セックスレス2年の40代夫婦の「冷たい関係」。変化をもたらしてくれたのは、オウムだった!
日本では半数以上の夫婦が陥っているといわれるセックスレス。40歳の皮膚科医・歌さん(仮名)は「子どもがいると2年半くらい空くのは普通だと思っていました。実際3年レスのあとに妊活を再開したこともありますし」と話します。整形外科医の夫・守さん(仮名・41歳)とは、現在2年間性交渉がない状態。ただ最近、ある“きっかけ”により軽いスキンシップが戻ってきたといいます。
▼関連記事
▶【セックスレス】“夫婦の数だけ性生活の悩みがある”共感を集めた人気記事10選
■ 多忙すぎて「レスに気づかなかった」夫婦のリアル
歌さんと守さんは研修医時代の同期で、結婚11年目。歌さんは小学校4年生の長女と1年生の次女を育てるワーキングマザーです。
「長女はもうすぐ5年生で、中学受験が本格化。次女はいわゆる“小1の壁”で、『学童に行きたくない』と不安定になることもあって……」
歌さんは近隣クリニックの管理職、守さんは大学病院勤務で学会出張も多く多忙。近くに住む義理の祖父母の助けを借りながら、塾や学童の送迎をこなす日々です。そんな生活の中で、セックスレスは「意識する余裕すらなかった」といいます。
「もともと第二子出産後はレス気味で、私が37歳の頃、周囲の出産ラッシュに影響されてタイミング法を試した時期はありました。夫が『男の子がいたら母校に入れたい』と言い出したのがきっかけです。でも『どうしても3人目がほしい』というほどではなく、忙しさの中で自然と立ち消えになりました」
■ 「触れたいのに触れられない」違和感の正体
それまで強く意識していなかったものの、人に「セックスレス」と言葉にされたことで、急に気になり始めたといいます。
「ライターをしている妹に『珍しくはないけど2年はレスだよね』と言われました。それで初めて『そうか…』と少し引っかかって。じゃあ解消してみようかな、と思ったんです」
しかし、いざ子供が寝静まり二人きりになるとうまくいかないそう。
「どうしても触れる気が起きないんです。嫌悪感ではないんですが、リビングでそういうことを考える自分に違和感があって」
恋愛感情や妊活という目的があった時期とは違い、今の二人にはきっかけがないといいます。

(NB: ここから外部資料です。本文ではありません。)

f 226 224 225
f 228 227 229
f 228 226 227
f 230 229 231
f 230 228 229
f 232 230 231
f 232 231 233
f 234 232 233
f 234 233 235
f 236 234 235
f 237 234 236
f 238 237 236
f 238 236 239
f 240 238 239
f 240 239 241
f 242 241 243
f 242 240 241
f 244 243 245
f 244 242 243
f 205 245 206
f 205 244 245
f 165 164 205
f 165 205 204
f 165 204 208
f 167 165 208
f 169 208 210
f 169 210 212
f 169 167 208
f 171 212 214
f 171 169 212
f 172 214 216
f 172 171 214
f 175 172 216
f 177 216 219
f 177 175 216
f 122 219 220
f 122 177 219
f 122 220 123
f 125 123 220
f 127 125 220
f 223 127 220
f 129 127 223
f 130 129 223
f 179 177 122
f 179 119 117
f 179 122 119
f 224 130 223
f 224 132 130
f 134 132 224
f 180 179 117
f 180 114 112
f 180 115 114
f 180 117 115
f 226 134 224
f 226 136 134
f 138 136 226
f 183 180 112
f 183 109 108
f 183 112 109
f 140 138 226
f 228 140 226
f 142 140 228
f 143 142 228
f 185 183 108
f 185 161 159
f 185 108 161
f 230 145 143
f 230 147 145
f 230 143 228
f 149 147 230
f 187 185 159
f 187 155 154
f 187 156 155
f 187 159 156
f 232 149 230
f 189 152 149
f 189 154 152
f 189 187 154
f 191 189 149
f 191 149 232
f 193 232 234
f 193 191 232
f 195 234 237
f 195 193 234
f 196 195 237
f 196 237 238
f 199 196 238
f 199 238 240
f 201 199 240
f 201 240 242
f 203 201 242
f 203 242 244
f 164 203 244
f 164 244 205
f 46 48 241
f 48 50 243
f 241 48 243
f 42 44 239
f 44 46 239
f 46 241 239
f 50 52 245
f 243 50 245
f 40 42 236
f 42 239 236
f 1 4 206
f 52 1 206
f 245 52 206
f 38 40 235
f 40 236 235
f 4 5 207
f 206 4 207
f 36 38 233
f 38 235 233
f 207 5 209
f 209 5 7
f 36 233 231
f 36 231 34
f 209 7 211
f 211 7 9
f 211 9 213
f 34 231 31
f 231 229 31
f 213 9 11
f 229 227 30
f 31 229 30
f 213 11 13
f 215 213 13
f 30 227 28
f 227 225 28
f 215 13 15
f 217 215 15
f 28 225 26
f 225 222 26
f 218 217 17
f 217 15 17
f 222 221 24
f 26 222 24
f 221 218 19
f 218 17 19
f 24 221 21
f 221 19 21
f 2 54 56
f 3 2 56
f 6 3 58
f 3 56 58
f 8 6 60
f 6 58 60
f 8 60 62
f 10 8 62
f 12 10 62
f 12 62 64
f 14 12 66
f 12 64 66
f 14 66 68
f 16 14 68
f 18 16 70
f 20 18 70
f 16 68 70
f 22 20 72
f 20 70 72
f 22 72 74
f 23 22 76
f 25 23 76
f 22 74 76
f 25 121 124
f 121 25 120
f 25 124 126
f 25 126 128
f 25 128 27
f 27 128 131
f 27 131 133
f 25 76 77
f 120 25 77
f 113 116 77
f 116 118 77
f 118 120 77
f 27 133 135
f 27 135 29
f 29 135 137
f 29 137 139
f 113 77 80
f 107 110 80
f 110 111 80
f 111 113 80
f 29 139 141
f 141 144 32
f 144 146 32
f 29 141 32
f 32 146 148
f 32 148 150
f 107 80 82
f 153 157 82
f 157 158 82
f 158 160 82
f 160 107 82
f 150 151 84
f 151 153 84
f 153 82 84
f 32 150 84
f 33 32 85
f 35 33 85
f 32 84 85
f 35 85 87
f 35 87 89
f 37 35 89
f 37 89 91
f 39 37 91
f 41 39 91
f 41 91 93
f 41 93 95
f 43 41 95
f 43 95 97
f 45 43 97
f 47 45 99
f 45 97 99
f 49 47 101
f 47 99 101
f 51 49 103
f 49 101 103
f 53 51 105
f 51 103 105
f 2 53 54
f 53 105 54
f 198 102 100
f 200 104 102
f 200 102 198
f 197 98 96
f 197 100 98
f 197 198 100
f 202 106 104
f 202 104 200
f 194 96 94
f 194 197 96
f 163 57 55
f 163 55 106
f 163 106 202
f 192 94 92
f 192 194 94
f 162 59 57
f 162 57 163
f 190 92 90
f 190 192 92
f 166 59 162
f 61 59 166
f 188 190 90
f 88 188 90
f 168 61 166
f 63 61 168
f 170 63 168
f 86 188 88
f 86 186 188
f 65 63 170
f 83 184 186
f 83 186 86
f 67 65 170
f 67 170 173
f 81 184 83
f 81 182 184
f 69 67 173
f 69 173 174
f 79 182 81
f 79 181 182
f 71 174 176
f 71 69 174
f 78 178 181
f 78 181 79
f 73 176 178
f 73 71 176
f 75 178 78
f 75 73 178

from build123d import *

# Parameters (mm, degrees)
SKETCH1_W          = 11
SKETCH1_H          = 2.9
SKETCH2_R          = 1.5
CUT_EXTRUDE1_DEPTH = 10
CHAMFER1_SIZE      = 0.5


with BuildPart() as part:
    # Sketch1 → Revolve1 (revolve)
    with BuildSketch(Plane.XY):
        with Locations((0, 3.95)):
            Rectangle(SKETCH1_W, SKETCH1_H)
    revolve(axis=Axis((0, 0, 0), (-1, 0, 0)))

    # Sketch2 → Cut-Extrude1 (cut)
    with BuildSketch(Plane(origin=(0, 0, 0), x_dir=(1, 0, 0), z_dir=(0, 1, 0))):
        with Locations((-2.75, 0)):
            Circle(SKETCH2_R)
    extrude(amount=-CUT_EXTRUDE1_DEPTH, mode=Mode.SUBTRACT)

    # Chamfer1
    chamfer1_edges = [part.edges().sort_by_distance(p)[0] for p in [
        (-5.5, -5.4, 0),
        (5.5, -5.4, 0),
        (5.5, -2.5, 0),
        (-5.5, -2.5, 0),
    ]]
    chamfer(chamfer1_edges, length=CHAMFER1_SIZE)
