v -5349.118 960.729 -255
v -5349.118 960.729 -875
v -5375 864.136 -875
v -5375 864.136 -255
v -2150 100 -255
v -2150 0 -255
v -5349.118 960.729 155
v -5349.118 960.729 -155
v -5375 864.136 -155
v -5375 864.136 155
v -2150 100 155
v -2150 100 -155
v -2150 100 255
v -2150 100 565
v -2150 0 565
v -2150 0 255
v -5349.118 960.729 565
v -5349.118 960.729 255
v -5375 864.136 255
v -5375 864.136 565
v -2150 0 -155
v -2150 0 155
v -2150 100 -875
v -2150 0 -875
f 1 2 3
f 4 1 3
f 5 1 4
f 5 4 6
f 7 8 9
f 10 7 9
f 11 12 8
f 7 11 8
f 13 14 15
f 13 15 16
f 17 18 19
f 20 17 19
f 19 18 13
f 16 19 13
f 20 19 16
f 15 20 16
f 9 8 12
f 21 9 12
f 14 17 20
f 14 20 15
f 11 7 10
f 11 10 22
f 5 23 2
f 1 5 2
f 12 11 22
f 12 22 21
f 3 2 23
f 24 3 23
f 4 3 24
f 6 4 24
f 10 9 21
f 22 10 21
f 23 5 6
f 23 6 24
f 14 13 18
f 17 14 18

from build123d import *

# Parameters (mm, degrees)
SKETCH1_W                = 4300
SKETCH1_H                = 620
BOSS_EXTRUDE1_DEPTH      = 100
SKETCH1_H_2              = 310
BOSS_EXTRUDE1_2_DEPTH    = 100
BOSS_EXTRUDE1_3_DEPTH    = 100
BOSS_EXTRUDE2_DEPTH      = 565
BOSS_EXTRUDE2_DEPTH_BACK = 875
CUT_EXTRUDE1_DEPTH       = 5514.356867062
CUT_EXTRUDE1_DEPTH_BACK  = 5514.356867062
SKETCH3_W                = 3725
SKETCH3_H                = 100
BOSS_EXTRUDE3_REACH      = 5531.851
SKETCH4_W                = 100
SKETCH4_H                = 310
SKETCH4_H_2              = 620
SKETCH5_W                = 4300
SKETCH5_H                = 1440
CUT_EXTRUDE2_DEPTH       = 1771


with BuildPart() as part:
    # Sketch1 → Boss-Extrude1 (new body)
    with BuildSketch(Plane(origin=(0, 0, 0), x_dir=(1, 0, 0), z_dir=(0, 1, 0))):
        with Locations((0, 565)):
            Rectangle(SKETCH1_W, SKETCH1_H)
    extrude(amount=BOSS_EXTRUDE1_DEPTH)



with BuildPart() as body_2:
    # Sketch1 → Boss-Extrude1 2 (new body)
    with BuildSketch(Plane(origin=(0, 0, 0), x_dir=(1, 0, 0), z_dir=(0, 1, 0))):
        Rectangle(SKETCH1_W, SKETCH1_H_2)
    extrude(amount=BOSS_EXTRUDE1_2_DEPTH)


with BuildPart() as body_3:
    # Sketch1 → Boss-Extrude1 3 (new body)
    with BuildSketch(Plane(origin=(0, 0, 0), x_dir=(1, 0, 0), z_dir=(0, 1, 0))):
        with Locations((0, -410)):
            Rectangle(SKETCH1_W, SKETCH1_H_2)
    extrude(amount=BOSS_EXTRUDE1_3_DEPTH)


with BuildPart() as part_1:
    add(part.part)

    add(body_2.part)  # Boss-Extrude2 merges body 2

    add(body_3.part)  # Boss-Extrude2 merges body 3
    # Sketch2 → Boss-Extrude2 (add, two sides: drawn at the far end of the back side and taken through both)
    with BuildSketch(Plane.XY.offset(-BOSS_EXTRUDE2_DEPTH_BACK)):
        Polygon((-2150, 100), (-5349.11809549, 960.728728219), (-5375, 864.13614559), (-2150, 0), align=None)
    extrude(amount=BOSS_EXTRUDE2_DEPTH + BOSS_EXTRUDE2_DEPTH_BACK)

    # Sketch3 → Cut-Extrude1 (cut, two sides: drawn at the far end of the back side and taken through both)
    with BuildSketch(Plane(origin=(0, 100, 0), x_dir=(1, 0, 0), z_dir=(0, 1, 0)).offset(-CUT_EXTRUDE1_DEPTH_BACK)):
        with Locations((-4012.5, 205)):
            Rectangle(SKETCH3_W, SKETCH3_H)
        with Locations((-4012.5, -205)):
            Rectangle(SKETCH3_W, SKETCH3_H)
    extrude(amount=CUT_EXTRUDE1_DEPTH + CUT_EXTRUDE1_DEPTH_BACK, mode=Mode.SUBTRACT)


with BuildPart() as cut_extrude1_piece_1:
    # of the separate pieces the step leaves, piece 1, a body of its own (cut_extrude1_pieces)
    add(part_1.part.solids().sort_by_distance((2150, 0, -875))[0])



with BuildPart() as cut_extrude1_piece_2:
    # of the separate pieces the step leaves, piece 2, a body of its own (cut_extrude1_pieces)
    add(part_1.part.solids().sort_by_distance((-5375, 864.13614559, -155))[0])


with BuildPart() as cut_extrude1_piece_3:
    # of the separate pieces the step leaves, piece 3, a body of its own (cut_extrude1_pieces)
    add(part_1.part.solids().sort_by_distance((-5375, 864.13614559, 255))[0])


with BuildPart() as cut_extrude1_piece_1_1:
    add(cut_extrude1_piece_1.part)

    add(cut_extrude1_piece_2.part)  # Boss-Extrude3 merges Cut-Extrude1 piece 2

    add(cut_extrude1_piece_3.part)  # Boss-Extrude3 merges Cut-Extrude1 piece 3
    # Boss-Extrude3: up to this plane
    boss_extrude3_end = Plane(origin=(-3266.534841529, -342.939503471, -3125), z_dir=(0.003352354687718555, 0.9999943808432364, 0))
    # Sketch4 → Boss-Extrude3 (add, up to the surface)
    with BuildSketch(Plane.XZ, mode=Mode.PRIVATE) as boss_extrude3_sk1:
        with Locations((-2100, 410)):
            Rectangle(SKETCH4_W, SKETCH4_H)
    boss_extrude3_tool1 = split(extrude(boss_extrude3_sk1.sketch, amount=BOSS_EXTRUDE3_REACH, mode=Mode.PRIVATE), bisect_by=boss_extrude3_end, keep=Keep.BOTH, mode=Mode.PRIVATE)
    add(boss_extrude3_tool1.solids().sort_by_distance((-2100, 0, 410))[0])
    # Sketch4 → Boss-Extrude3 (add, up to the surface)
    with BuildSketch(Plane.XZ, mode=Mode.PRIVATE) as boss_extrude3_sk2:
        with Locations((-2100, 0)):
            Rectangle(SKETCH4_W, SKETCH4_H)
    boss_extrude3_tool2 = split(extrude(boss_extrude3_sk2.sketch, amount=BOSS_EXTRUDE3_REACH, mode=Mode.PRIVATE), bisect_by=boss_extrude3_end, keep=Keep.BOTH, mode=Mode.PRIVATE)
    add(boss_extrude3_tool2.solids().sort_by_distance((-2100, 0, 0))[0])
    # Sketch4 → Boss-Extrude3 (add, up to the surface)
    with BuildSketch(Plane.XZ, mode=Mode.PRIVATE) as boss_extrude3_sk3:
        with Locations((-2100, -565)):
            Rectangle(SKETCH4_W, SKETCH4_H_2)
    boss_extrude3_tool3 = split(extrude(boss_extrude3_sk3.sketch, amount=BOSS_EXTRUDE3_REACH, mode=Mode.PRIVATE), bisect_by=boss_extrude3_end, keep=Keep.BOTH, mode=Mode.PRIVATE)
    add(boss_extrude3_tool3.solids().sort_by_distance((-2100, 0, -565))[0])
    # Sketch4 → Boss-Extrude3 (add, up to the surface)
    with BuildSketch(Plane.XZ, mode=Mode.PRIVATE) as boss_extrude3_sk4:
        with Locations((2100, 410)):
            Rectangle(SKETCH4_W, SKETCH4_H)
    boss_extrude3_tool4 = split(extrude(boss_extrude3_sk4.sketch, amount=BOSS_EXTRUDE3_REACH, mode=Mode.PRIVATE), bisect_by=boss_extrude3_end, keep=Keep.BOTH, mode=Mode.PRIVATE)
    add(boss_extrude3_tool4.solids().sort_by_distance((2100, 0, 410))[0])
    # Sketch4 → Boss-Extrude3 (add, up to the surface)
    with BuildSketch(Plane.XZ, mode=Mode.PRIVATE) as boss_extrude3_sk5:
        with Locations((2100, 0)):
            Rectangle(SKETCH4_W, SKETCH4_H)
    boss_extrude3_tool5 = split(extrude(boss_extrude3_sk5.sketch, amount=BOSS_EXTRUDE3_REACH, mode=Mode.PRIVATE), bisect_by=boss_extrude3_end, keep=Keep.BOTH, mode=Mode.PRIVATE)
    add(boss_extrude3_tool5.solids().sort_by_distance((2100, 0, 0))[0])
    # Sketch4 → Boss-Extrude3 (add, up to the surface)
    with BuildSketch(Plane.XZ, mode=Mode.PRIVATE) as boss_extrude3_sk6:
        with Locations((2100, -565)):
            Rectangle(SKETCH4_W, SKETCH4_H_2)
    boss_extrude3_tool6 = split(extrude(boss_extrude3_sk6.sketch, amount=BOSS_EXTRUDE3_REACH, mode=Mode.PRIVATE), bisect_by=boss_extrude3_end, keep=Keep.BOTH, mode=Mode.PRIVATE)
    add(boss_extrude3_tool6.solids().sort_by_distance((2100, 0, -565))[0])

    # Sketch5 → Cut-Extrude2 (cut)
    with BuildSketch(Plane(origin=(0, 100, 0), x_dir=(1, 0, 0), z_dir=(0, 1, 0))):
        with Locations((0, 155)):
            Rectangle(SKETCH5_W, SKETCH5_H)
    extrude(amount=-CUT_EXTRUDE2_DEPTH, mode=Mode.SUBTRACT)


solid = cut_extrude1_piece_1_1.part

「リビングって、完全にオフの空間ですよね。おならもするし、寝起きの顔で食パンもかじる(笑)。そんな場所で夫に触れることすら、私にはちょっとハードルが高かったんです」
二人きりの時間は限られるうえ、守さんはロングスリーパーですぐに寝てしまうことも多いそう。ふと、こんな思いもよぎったといいます。

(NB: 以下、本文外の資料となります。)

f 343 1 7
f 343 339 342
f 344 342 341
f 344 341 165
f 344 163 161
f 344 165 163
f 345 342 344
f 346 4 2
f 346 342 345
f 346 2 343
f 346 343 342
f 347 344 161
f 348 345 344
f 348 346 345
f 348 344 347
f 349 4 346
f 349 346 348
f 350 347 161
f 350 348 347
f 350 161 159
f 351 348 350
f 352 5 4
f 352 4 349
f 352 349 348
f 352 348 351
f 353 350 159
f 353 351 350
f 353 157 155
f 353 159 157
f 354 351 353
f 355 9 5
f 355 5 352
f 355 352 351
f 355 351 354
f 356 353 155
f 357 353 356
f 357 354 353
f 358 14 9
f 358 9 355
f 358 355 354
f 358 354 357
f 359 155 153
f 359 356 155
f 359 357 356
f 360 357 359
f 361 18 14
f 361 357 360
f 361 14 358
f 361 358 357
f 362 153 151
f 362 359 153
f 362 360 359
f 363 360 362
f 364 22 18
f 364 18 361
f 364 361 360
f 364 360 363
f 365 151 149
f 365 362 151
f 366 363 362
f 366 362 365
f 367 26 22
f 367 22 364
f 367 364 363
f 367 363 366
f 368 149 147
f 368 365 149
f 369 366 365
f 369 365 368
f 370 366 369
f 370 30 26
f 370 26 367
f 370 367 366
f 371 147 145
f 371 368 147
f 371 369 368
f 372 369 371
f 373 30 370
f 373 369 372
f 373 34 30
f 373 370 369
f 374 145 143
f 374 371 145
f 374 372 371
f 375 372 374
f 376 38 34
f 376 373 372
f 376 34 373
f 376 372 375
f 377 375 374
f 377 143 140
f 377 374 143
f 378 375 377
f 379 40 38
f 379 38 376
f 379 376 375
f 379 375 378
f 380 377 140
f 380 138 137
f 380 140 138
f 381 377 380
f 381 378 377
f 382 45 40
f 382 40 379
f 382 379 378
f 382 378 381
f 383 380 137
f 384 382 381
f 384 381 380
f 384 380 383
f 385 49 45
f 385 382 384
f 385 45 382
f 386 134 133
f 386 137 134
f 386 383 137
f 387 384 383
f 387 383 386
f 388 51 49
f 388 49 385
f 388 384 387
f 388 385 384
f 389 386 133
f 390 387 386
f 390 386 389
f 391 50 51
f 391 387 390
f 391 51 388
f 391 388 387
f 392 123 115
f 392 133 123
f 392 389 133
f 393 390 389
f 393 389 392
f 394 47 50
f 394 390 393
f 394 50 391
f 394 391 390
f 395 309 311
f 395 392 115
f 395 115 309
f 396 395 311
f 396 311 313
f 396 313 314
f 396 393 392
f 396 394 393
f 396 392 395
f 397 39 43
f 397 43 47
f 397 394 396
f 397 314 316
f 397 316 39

「例えば『夫の手に発疹がある」とか理由があれば触れられるけど、そうじゃなければもう手をつなぐこともないのかもしれないなって。ぼんやり寂しくなりました」
■ きっかけは「迷い込んできた一羽の鳥」
そんな日常に、思いがけない変化が訪れます。
「上の娘が、ある日いきなりオウムを連れて帰ってきたんです。『公園の道にいた』って」
かつて実家で文鳥を飼っていた経験から、慌てて餌やケージを用意。飼い主を探すため、張り紙やSNS投稿、警察への確認も行いましたが、見つからなかったそうです。

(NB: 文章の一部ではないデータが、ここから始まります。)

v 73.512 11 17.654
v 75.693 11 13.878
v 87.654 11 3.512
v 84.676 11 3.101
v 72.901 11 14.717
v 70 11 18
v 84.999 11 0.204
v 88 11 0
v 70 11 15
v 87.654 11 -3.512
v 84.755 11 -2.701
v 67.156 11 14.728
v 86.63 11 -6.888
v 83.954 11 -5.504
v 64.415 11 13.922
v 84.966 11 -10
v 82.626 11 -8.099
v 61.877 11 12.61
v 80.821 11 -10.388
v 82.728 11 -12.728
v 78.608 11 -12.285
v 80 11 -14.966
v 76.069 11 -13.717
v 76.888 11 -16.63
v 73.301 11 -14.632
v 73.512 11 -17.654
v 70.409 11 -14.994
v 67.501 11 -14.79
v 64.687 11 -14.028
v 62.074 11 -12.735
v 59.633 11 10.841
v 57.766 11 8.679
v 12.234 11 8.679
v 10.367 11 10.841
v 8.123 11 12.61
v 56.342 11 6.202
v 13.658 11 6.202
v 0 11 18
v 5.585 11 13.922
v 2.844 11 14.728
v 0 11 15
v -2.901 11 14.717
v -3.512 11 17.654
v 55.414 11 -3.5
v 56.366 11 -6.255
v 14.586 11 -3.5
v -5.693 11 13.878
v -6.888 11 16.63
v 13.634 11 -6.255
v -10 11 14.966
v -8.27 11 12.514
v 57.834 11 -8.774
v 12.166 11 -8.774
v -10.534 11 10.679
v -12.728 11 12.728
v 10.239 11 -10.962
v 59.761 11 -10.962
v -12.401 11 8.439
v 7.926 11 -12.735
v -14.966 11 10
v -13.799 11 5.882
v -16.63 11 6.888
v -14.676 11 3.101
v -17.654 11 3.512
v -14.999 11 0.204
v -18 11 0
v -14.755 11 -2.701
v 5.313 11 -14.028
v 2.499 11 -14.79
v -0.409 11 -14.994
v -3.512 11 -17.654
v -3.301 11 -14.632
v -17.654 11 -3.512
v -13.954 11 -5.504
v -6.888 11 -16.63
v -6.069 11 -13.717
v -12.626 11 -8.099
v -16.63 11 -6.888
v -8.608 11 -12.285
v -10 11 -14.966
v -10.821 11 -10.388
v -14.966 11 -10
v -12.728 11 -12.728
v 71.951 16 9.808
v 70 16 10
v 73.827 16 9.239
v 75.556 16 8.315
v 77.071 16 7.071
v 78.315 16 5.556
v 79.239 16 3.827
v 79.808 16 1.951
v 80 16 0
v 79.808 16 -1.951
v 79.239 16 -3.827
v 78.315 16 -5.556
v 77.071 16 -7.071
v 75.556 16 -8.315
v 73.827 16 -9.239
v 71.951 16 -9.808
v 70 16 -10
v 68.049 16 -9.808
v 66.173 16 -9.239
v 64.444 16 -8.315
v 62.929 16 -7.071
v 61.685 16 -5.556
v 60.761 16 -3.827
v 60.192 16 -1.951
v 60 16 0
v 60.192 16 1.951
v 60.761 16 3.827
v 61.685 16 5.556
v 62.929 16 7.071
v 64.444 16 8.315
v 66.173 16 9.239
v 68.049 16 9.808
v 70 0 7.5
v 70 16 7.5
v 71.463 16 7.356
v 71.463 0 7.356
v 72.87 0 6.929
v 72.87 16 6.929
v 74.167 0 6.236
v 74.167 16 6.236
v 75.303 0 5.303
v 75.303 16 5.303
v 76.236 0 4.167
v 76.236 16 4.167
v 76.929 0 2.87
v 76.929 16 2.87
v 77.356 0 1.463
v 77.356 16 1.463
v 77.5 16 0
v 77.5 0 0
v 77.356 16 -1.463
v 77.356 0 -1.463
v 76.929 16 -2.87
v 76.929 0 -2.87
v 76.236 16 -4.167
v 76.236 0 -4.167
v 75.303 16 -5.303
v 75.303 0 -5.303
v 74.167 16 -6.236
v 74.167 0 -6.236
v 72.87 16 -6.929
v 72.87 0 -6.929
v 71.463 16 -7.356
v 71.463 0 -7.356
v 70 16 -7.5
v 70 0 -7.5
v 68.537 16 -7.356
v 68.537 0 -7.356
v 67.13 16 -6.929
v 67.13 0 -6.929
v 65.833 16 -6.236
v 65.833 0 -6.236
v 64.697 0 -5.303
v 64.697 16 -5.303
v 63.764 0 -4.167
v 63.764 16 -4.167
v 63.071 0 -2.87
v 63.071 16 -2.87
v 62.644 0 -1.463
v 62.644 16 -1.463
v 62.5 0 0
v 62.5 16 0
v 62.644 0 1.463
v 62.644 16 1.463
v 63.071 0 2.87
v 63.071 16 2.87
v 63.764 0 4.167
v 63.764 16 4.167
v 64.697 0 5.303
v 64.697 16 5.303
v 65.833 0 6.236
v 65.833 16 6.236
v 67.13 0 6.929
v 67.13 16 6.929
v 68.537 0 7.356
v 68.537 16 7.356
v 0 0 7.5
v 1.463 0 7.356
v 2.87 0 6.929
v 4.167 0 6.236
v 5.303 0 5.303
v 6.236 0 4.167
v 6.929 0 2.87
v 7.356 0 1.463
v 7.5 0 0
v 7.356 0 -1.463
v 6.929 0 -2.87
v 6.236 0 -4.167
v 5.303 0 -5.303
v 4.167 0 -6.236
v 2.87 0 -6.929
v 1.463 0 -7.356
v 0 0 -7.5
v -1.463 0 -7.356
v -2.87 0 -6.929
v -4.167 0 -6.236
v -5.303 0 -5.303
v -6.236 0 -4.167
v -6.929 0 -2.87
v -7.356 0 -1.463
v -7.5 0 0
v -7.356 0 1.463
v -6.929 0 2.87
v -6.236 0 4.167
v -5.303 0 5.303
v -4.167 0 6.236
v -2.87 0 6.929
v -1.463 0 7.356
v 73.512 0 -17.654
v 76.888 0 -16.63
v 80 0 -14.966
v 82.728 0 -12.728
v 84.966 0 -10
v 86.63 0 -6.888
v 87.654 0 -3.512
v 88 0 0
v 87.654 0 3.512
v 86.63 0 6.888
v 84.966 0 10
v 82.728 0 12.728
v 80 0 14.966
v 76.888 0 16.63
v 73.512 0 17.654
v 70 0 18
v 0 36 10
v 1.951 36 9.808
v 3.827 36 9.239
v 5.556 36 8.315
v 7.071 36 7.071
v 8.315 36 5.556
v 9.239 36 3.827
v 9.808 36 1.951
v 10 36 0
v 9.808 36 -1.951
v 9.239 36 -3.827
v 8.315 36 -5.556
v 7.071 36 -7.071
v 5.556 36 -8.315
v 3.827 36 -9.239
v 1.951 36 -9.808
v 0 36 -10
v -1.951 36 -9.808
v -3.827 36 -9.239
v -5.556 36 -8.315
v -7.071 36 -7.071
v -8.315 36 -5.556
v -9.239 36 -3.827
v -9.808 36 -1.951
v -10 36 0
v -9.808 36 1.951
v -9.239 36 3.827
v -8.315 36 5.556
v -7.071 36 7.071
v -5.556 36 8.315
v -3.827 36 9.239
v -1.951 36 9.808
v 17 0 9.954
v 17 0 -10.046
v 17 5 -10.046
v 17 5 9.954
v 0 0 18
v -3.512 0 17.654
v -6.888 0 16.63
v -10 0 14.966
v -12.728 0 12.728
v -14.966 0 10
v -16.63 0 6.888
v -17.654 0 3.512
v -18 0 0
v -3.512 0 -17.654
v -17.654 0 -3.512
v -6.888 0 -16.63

「名前はミーちゃん。本人、というか、本鳥がしゃべって教えてくれました(笑)」
人懐っこいミーちゃんは、「おはよう」「いらっしゃい」と言葉を覚えていて、家族の肩を渡り歩く存在に。
「すごくかわいくて、自然と家族みんなで関わるようになりました」
■ スキンシップは「習慣」で取り戻せるもの
動物好きの守さんも積極的に関わり、家庭の空気に変化が生まれたといいます。
「ミーちゃんを肩から肩へ移動させるとき、自然と私と夫がくっつくんです。それまでなら避けていた距離なのに違和感がなくて。思春期に差しかかる長女との関係にも、やわらかさが戻った気がします。『パパとお風呂とか無理』と言うだけでなく『いろんな意味でありえない、ウザ』と余計なことまで口にしてしまい、『こっちもお断りだ』とケンカしていたのに、ミーちゃんを指に乗せて渡し合ったりして、なんだか楽しそうで」
そんな家族の変化を受けて、歌さん自身も変わってきたようです。
「今なら、映画館で夫の隣に座って、肩に寄りかかるくらいならできそうです。ミーちゃんが来てから気がついたんですが、スキンシップって『習慣』なんですね。スキンシップをしない期間が長いと気まずくなるけど、少しずつでも日常に戻せば、恥ずかしさも薄れていくものなんだと実感しました」
それがそのままレス解消につながるかはわからないけれど、と歌さんは続けます。
「忙しくてバラバラになりがちだった家族の距離が、少し近くなった。それだけでも十分な変化だと思っています」
※本記事では、プライバシーに配慮して取材内容に脚色を加えています。